Server monitoring is an important thing to take care of, as a sysadmin.

Thing is, setting up a monitoring system for a single server is quite easy, especially through tools like Monit, but setting up a multi-server monitoring system quickly becomes confusing, especially when you see the myriad of existing solutions.

This guide will walk through setting up a solid and extensible monitoring solution using Grafana as the dashboard (for good looks), prometheus as the stats collectors aggregator and node_exporter as the endpoint-related collector.

Table of contents

  • Foreword
  • Architecture concepts
  • Collector and dashboard server

Foreword

This document is split in three parts:

  • Collector and dashboard server
  • Monitored server endpoint
  • Grafana query language basics and examples

For shell examples, every shell block will start with # <server>, where <server> is one of those 3 choices:

  • The central collector (and display) server will be CENTRAL
  • Each monitored node will be NODE

Note that, if I moved into a folder I created during the guide, it'll be noted by suffixing CA/VPN/CLIENT with "in ./".

For this doc, we'll have two servers acting as monitored nodes, and one server acting as the collector and display server.
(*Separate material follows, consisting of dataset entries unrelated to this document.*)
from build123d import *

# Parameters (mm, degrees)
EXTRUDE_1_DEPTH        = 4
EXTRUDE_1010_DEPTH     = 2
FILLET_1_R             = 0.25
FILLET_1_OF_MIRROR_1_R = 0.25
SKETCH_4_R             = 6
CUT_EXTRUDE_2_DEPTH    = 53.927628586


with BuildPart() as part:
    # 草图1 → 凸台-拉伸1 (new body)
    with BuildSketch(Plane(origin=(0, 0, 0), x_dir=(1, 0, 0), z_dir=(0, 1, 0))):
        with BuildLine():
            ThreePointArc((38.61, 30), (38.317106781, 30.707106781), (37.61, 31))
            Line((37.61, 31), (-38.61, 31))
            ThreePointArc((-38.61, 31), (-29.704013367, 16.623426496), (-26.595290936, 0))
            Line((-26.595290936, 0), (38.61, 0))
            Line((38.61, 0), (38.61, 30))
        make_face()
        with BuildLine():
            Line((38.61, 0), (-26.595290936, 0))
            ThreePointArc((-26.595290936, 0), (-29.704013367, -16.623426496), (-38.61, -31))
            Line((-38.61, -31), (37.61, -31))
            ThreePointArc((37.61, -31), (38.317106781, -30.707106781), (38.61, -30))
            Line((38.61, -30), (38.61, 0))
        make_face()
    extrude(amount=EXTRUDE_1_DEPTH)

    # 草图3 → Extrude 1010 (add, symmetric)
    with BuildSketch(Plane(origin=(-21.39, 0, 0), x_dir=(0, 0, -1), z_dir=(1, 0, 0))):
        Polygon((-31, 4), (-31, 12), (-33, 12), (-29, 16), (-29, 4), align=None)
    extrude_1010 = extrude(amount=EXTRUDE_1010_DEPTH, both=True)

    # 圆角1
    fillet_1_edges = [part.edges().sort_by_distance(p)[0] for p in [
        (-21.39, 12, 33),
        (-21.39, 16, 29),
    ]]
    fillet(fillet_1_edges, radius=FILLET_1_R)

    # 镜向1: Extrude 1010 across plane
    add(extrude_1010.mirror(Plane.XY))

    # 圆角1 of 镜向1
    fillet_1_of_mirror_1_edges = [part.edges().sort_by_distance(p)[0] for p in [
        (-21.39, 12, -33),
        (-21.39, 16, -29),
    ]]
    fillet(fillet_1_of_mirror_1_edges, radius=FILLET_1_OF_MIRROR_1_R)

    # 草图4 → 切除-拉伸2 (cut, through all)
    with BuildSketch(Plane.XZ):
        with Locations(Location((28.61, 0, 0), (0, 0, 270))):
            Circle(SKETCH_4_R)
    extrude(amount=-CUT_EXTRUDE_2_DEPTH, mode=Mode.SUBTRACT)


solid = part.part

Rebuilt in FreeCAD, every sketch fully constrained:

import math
import FreeCAD as App
import Part
import Sketcher
from FreeCAD import Vector


def edges_at(feature, points):
    """Names of the edges that pass closest to the given points."""
    edges = feature.Shape.Edges
    near = lambda p: min(range(len(edges)), key=lambda i: edges[i].distToShape(Part.Vertex(*p))[0])
    return sorted({f"Edge{near(p) + 1}" for p in points})

doc = App.newDocument("Part")
body = doc.addObject("PartDesign::Body", "Body")

sketch1 = doc.addObject("Sketcher::SketchObject", "Sketch")
body.addObject(sketch1)
sketch1.AttachmentSupport = (doc.XZ_Plane, [""])
sketch1.MapMode = "FlatFace"
sketch1.addGeometry([
    Part.ArcOfCircle(Part.Circle(Vector(37.6, -30, 0), Vector(0, 0, 1), 1), math.radians(-90), math.radians(0)),
    Part.LineSegment(Vector(37.6, -31, 0), Vector(-38.6, -31, 0)),
    Part.ArcOfCircle(Part.Circle(Vector(-72.6, 0, 0), Vector(0, 0, 1), 46), math.radians(-42), math.radians(0)),
    Part.ArcOfCircle(Part.Circle(Vector(-72.6, 0, 0), Vector(0, 0, 1), 46), math.radians(0), math.radians(42)),
    Part.LineSegment(Vector(-38.6, 31, 0), Vector(37.6, 31, 0)),
    Part.ArcOfCircle(Part.Circle(Vector(37.6, 30, 0), Vector(0, 0, 1), 1), math.radians(0), math.radians(90)),
    Part.LineSegment(Vector(38.6, 30, 0), Vector(38.6, -30, 0)),
], False)
sketch1.addConstraint([
    Sketcher.Constraint("Tangent", 0, 1, 1, 1),
    Sketcher.Constraint("Coincident", 1, 2, 2, 1),
    Sketcher.Constraint("Tangent", 2, 2, 3, 1),
    Sketcher.Constraint("Coincident", 3, 2, 4, 1),
    Sketcher.Constraint("Tangent", 4, 2, 5, 2),
    Sketcher.Constraint("Tangent", 5, 1, 6, 1),
    Sketcher.Constraint("Tangent", 6, 2, 0, 2),
    Sketcher.Constraint("Horizontal", 1),
    Sketcher.Constraint("Horizontal", 4),
    Sketcher.Constraint("Vertical", 6),
    Sketcher.Constraint("Equal", 2, 3),
    Sketcher.Constraint("Equal", 0, 5),
    Sketcher.Constraint("Symmetric", 1, 2, 3, 2, -1),
    Sketcher.Constraint("PointOnObject", 2, 2, -1),
    Sketcher.Constraint("Radius", 0, 1.0),
    Sketcher.Constraint("Radius", 2, 46.0),
    Sketcher.Constraint("DistanceY", 6, 2, 6, 1, 60.0),
    Sketcher.Constraint("DistanceX", 1, 2, 1, 1, 76.22),
    Sketcher.Constraint("DistanceX", -1, 1, 0, 3, 37.61),
])
pad1 = doc.addObject("PartDesign::Pad", "Pad")
body.addObject(pad1)
pad1.Profile = sketch1
pad1.Length = 4
pad1.Reversed = True

sketch2 = doc.addObject("Sketcher::SketchObject", "Sketch001")
body.addObject(sketch2)
sketch2.AttachmentSupport = (doc.YZ_Plane, [""])
sketch2.MapMode = "FlatFace"
sketch2.AttachmentOffset = App.Placement(Vector(0, 0, -21.39), App.Rotation())
sketch2.addGeometry([
    Part.LineSegment(Vector(12, 31, 0), Vector(4, 31, 0)),
    Part.LineSegment(Vector(4, 31, 0), Vector(4, 29, 0)),
    Part.LineSegment(Vector(4, 29, 0), Vector(16, 29, 0)),
    Part.LineSegment(Vector(16, 29, 0), Vector(12, 33, 0)),
    Part.LineSegment(Vector(12, 33, 0), Vector(12, 31, 0)),
], False)
sketch2.addConstraint([
    Sketcher.Constraint("Coincident", 0, 2, 1, 1),
    Sketcher.Constraint("Coincident", 1, 2, 2, 1),
    Sketcher.Constraint("Coincident", 2, 2, 3, 1),
    Sketcher.Constraint("Coincident", 3, 2, 4, 1),
    Sketcher.Constraint("Coincident", 4, 2, 0, 1),
    Sketcher.Constraint("Horizontal", 0),
    Sketcher.Constraint("Vertical", 1),
    Sketcher.Constraint("Horizontal", 2),
    Sketcher.Constraint("Vertical", 4),
    Sketcher.Constraint("Equal", 1, 4),
    Sketcher.Constraint("DistanceX", 0, 2, 0, 1, 8.0),
    Sketcher.Constraint("DistanceX", 2, 1, 2, 2, 12.0),
    Sketcher.Constraint("DistanceY", 1, 2, 1, 1, 2.0),
    Sketcher.Constraint("DistanceX", -1, 1, 0, 2, 4.0),
    Sketcher.Constraint("DistanceY", -1, 1, 0, 2, 31.0),
])
pad2 = doc.addObject("PartDesign::Pad", "Pad001")
body.addObject(pad2)
pad2.Profile = sketch2
pad2.Length = 4
pad2.Midplane = True
doc.recompute()

fillet = doc.addObject("PartDesign::Fillet", "Fillet")
body.addObject(fillet)
fillet.Base = (pad2, edges_at(pad2, [(-21.39, 12, 33), (-21.39, 16, 29)]))
fillet.Radius = 0.25
doc.recompute()

mirrored = doc.addObject("PartDesign::Mirrored", "Mirrored")
body.addObject(mirrored)
mirrored.Originals = [pad2]
mirrored.MirrorPlane = (doc.XY_Plane, [""])
body.Tip = mirrored
doc.recompute()

fillet2 = doc.addObject("PartDesign::Fillet", "Fillet001")
body.addObject(fillet2)
fillet2.Base = (mirrored, edges_at(mirrored, [(-21.39, 12, -33), (-21.39, 16, -29)]))
fillet2.Radius = 0.25

sketch3 = doc.addObject("Sketcher::SketchObject", "Sketch002")
body.addObject(sketch3)
sketch3.AttachmentSupport = (doc.XZ_Plane, [""])
sketch3.MapMode = "FlatFace"
sketch3.addGeometry(Part.Circle(Vector(29, 0, 0), Vector(0, 0, 1), 6), False)
sketch3.addConstraint([
    Sketcher.Constraint("PointOnObject", 0, 3, -1),
    Sketcher.Constraint("Diameter", 0, 12.0),
    Sketcher.Constraint("DistanceX", -1, 1, 0, 3, 28.61),
])
pocket1 = doc.addObject("PartDesign::Pocket", "Pocket")
body.addObject(pocket1)
pocket1.Profile = sketch3
pocket1.Type = "ThroughAll"

doc.recompute()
Note that our collector/display server will be one of the two nodes, as we want our server to monitor itself.

Basically, - 10.0.10.1 = CENTRAL/NODE = grafana, prometheus, node_exporter - 10.0.10.2 = NODE = node_exporter

Architecture concepts

A diagram is generally better at explaining how things work together.

this diagram displays grafana in front of a prometheus server, which is connected to several node_exporter servers

Note that you'll probably have a node_exporter server on your prometheus/grafana server, so it can monitor itself!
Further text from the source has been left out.